Another Administrative Monetary Penalty Under Ontario’s PHIPA Issued

On April 23, 2026, the Office of the Information and Privacy Commissioner of Ontario (IPC) released PHIPA Decision 334 (the Decision), in which the IPC issued its second administrative monetary penalty (AMP) under Ontario’s Personal Health Information Protection Act (PHIPA).
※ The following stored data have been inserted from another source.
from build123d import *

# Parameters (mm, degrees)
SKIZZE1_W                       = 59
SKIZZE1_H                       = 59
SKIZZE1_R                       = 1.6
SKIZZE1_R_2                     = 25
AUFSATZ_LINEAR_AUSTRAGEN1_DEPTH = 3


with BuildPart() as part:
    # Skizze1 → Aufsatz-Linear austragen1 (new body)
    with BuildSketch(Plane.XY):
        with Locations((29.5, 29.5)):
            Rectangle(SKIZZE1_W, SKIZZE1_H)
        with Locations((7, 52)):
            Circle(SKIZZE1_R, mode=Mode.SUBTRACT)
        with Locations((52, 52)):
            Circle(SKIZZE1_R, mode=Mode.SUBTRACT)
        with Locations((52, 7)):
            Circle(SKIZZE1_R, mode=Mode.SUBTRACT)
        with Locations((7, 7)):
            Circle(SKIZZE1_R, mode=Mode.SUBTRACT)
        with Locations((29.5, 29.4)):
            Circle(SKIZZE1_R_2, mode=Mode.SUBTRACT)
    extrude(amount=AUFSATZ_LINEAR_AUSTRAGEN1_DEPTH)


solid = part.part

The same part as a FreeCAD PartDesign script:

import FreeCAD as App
import Part
import Sketcher

doc = App.newDocument("Part")
body = doc.addObject("PartDesign::Body", "Body")

sketch1 = body.newObject("Sketcher::SketchObject", "Sketch")
sketch1.AttachmentSupport = (doc.getObject("XY_Plane"), [""])
sketch1.MapMode = "FlatFace"
sketch1.addGeometry(Part.LineSegment(App.Vector(0, 59, 0), App.Vector(0, 0, 0)), False)
sketch1.addGeometry(Part.LineSegment(App.Vector(0, 0, 0), App.Vector(59, 0, 0)), False)
sketch1.addGeometry(Part.LineSegment(App.Vector(59, 0, 0), App.Vector(59, 59, 0)), False)
sketch1.addGeometry(Part.LineSegment(App.Vector(59, 59, 0), App.Vector(0, 59, 0)), False)
sketch1.addGeometry(Part.Circle(App.Vector(7, 7, 0), App.Vector(0, 0, 1), 1.6), False)
sketch1.addGeometry(Part.Circle(App.Vector(52, 7, 0), App.Vector(0, 0, 1), 1.6), False)
sketch1.addGeometry(Part.Circle(App.Vector(7, 52, 0), App.Vector(0, 0, 1), 1.6), False)
sketch1.addGeometry(Part.Circle(App.Vector(29.5, 29.4, 0), App.Vector(0, 0, 1), 25), False)
sketch1.addGeometry(Part.Circle(App.Vector(52, 52, 0), App.Vector(0, 0, 1), 1.6), False)
sketch1.addConstraint(Sketcher.Constraint("Coincident", 0, 2, 1, 1))
sketch1.addConstraint(Sketcher.Constraint("Coincident", 1, 2, 2, 1))
sketch1.addConstraint(Sketcher.Constraint("Coincident", 2, 2, 3, 1))
sketch1.addConstraint(Sketcher.Constraint("Coincident", 3, 2, 0, 1))
sketch1.addConstraint(Sketcher.Constraint("Vertical", 0))
sketch1.addConstraint(Sketcher.Constraint("Horizontal", 1))
sketch1.addConstraint(Sketcher.Constraint("Vertical", 2))
sketch1.addConstraint(Sketcher.Constraint("Horizontal", 3))
sketch1.addConstraint(Sketcher.Constraint("Coincident", 0, 2, -1, 1))
sketch1.addConstraint(Sketcher.Constraint("Equal", 4, 5))
sketch1.addConstraint(Sketcher.Constraint("Equal", 5, 6))
sketch1.addConstraint(Sketcher.Constraint("Equal", 6, 8))
sketch1.addConstraint(Sketcher.Constraint("Horizontal", 4, 3, 5, 3))
sketch1.addConstraint(Sketcher.Constraint("Horizontal", 6, 3, 8, 3))
sketch1.addConstraint(Sketcher.Constraint("Vertical", 4, 3, 6, 3))
sketch1.addConstraint(Sketcher.Constraint("Vertical", 5, 3, 8, 3))
sketch1.addConstraint(Sketcher.Constraint("Equal", 3, 0))
sketch1.addConstraint(Sketcher.Constraint("Diameter", 7, 50.0))
sketch1.addConstraint(Sketcher.Constraint("Diameter", 4, 3.2))
sketch1.addConstraint(Sketcher.Constraint("DistanceX", 1, 1, 1, 2, 59.0))
sketch1.addConstraint(Sketcher.Constraint("DistanceX", -1, 1, 4, 3, 7.0))
sketch1.addConstraint(Sketcher.Constraint("DistanceY", -1, 1, 4, 3, 7.0))
sketch1.addConstraint(Sketcher.Constraint("DistanceX", -1, 1, 5, 3, 52.0))
sketch1.addConstraint(Sketcher.Constraint("DistanceY", -1, 1, 6, 3, 52.0))
sketch1.addConstraint(Sketcher.Constraint("DistanceX", -1, 1, 7, 3, 29.5))
sketch1.addConstraint(Sketcher.Constraint("DistanceY", -1, 1, 7, 3, 29.4))
pad1 = body.newObject("PartDesign::Pad", "Pad")
pad1.Profile = sketch1
pad1.Length = 3

doc.recompute()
The Decision concerns a privacy breach at the Children’s Hospital of Eastern Ontario (CHEO) in which Isabelle Robinson, a patient services clerk, inappropriately accessed the personal health information (PHI) of 436 patients between March and September 2024. The breach first came to light after a nurse contacted CHEO’s Privacy Office with questions regarding her stepchild’s care. This prompted CHEO’s Privacy Office to investigate how the nurse, who was not the child’s legal guardian, knew certain specifics about the child’s treatment. An audit revealed that Ms. Robinson (who worked with the nurse) had accessed the child’s record without authority, leading CHEO to review her broader activity in the hospital’s electronic health record system.

CHEO’s investigation found that Ms. Robinson had accessed not only her own health record, but also the medical records of family members and many other adult and pediatric patients. Ms. Robinson accessed a wide variety of information, including patient demographics, various reports, clinical notes, and appointment history. However, CHEO found no evidence that she copied, retained, or disclosed any of the PHI she accessed. CHEO reported the breach to the IPC.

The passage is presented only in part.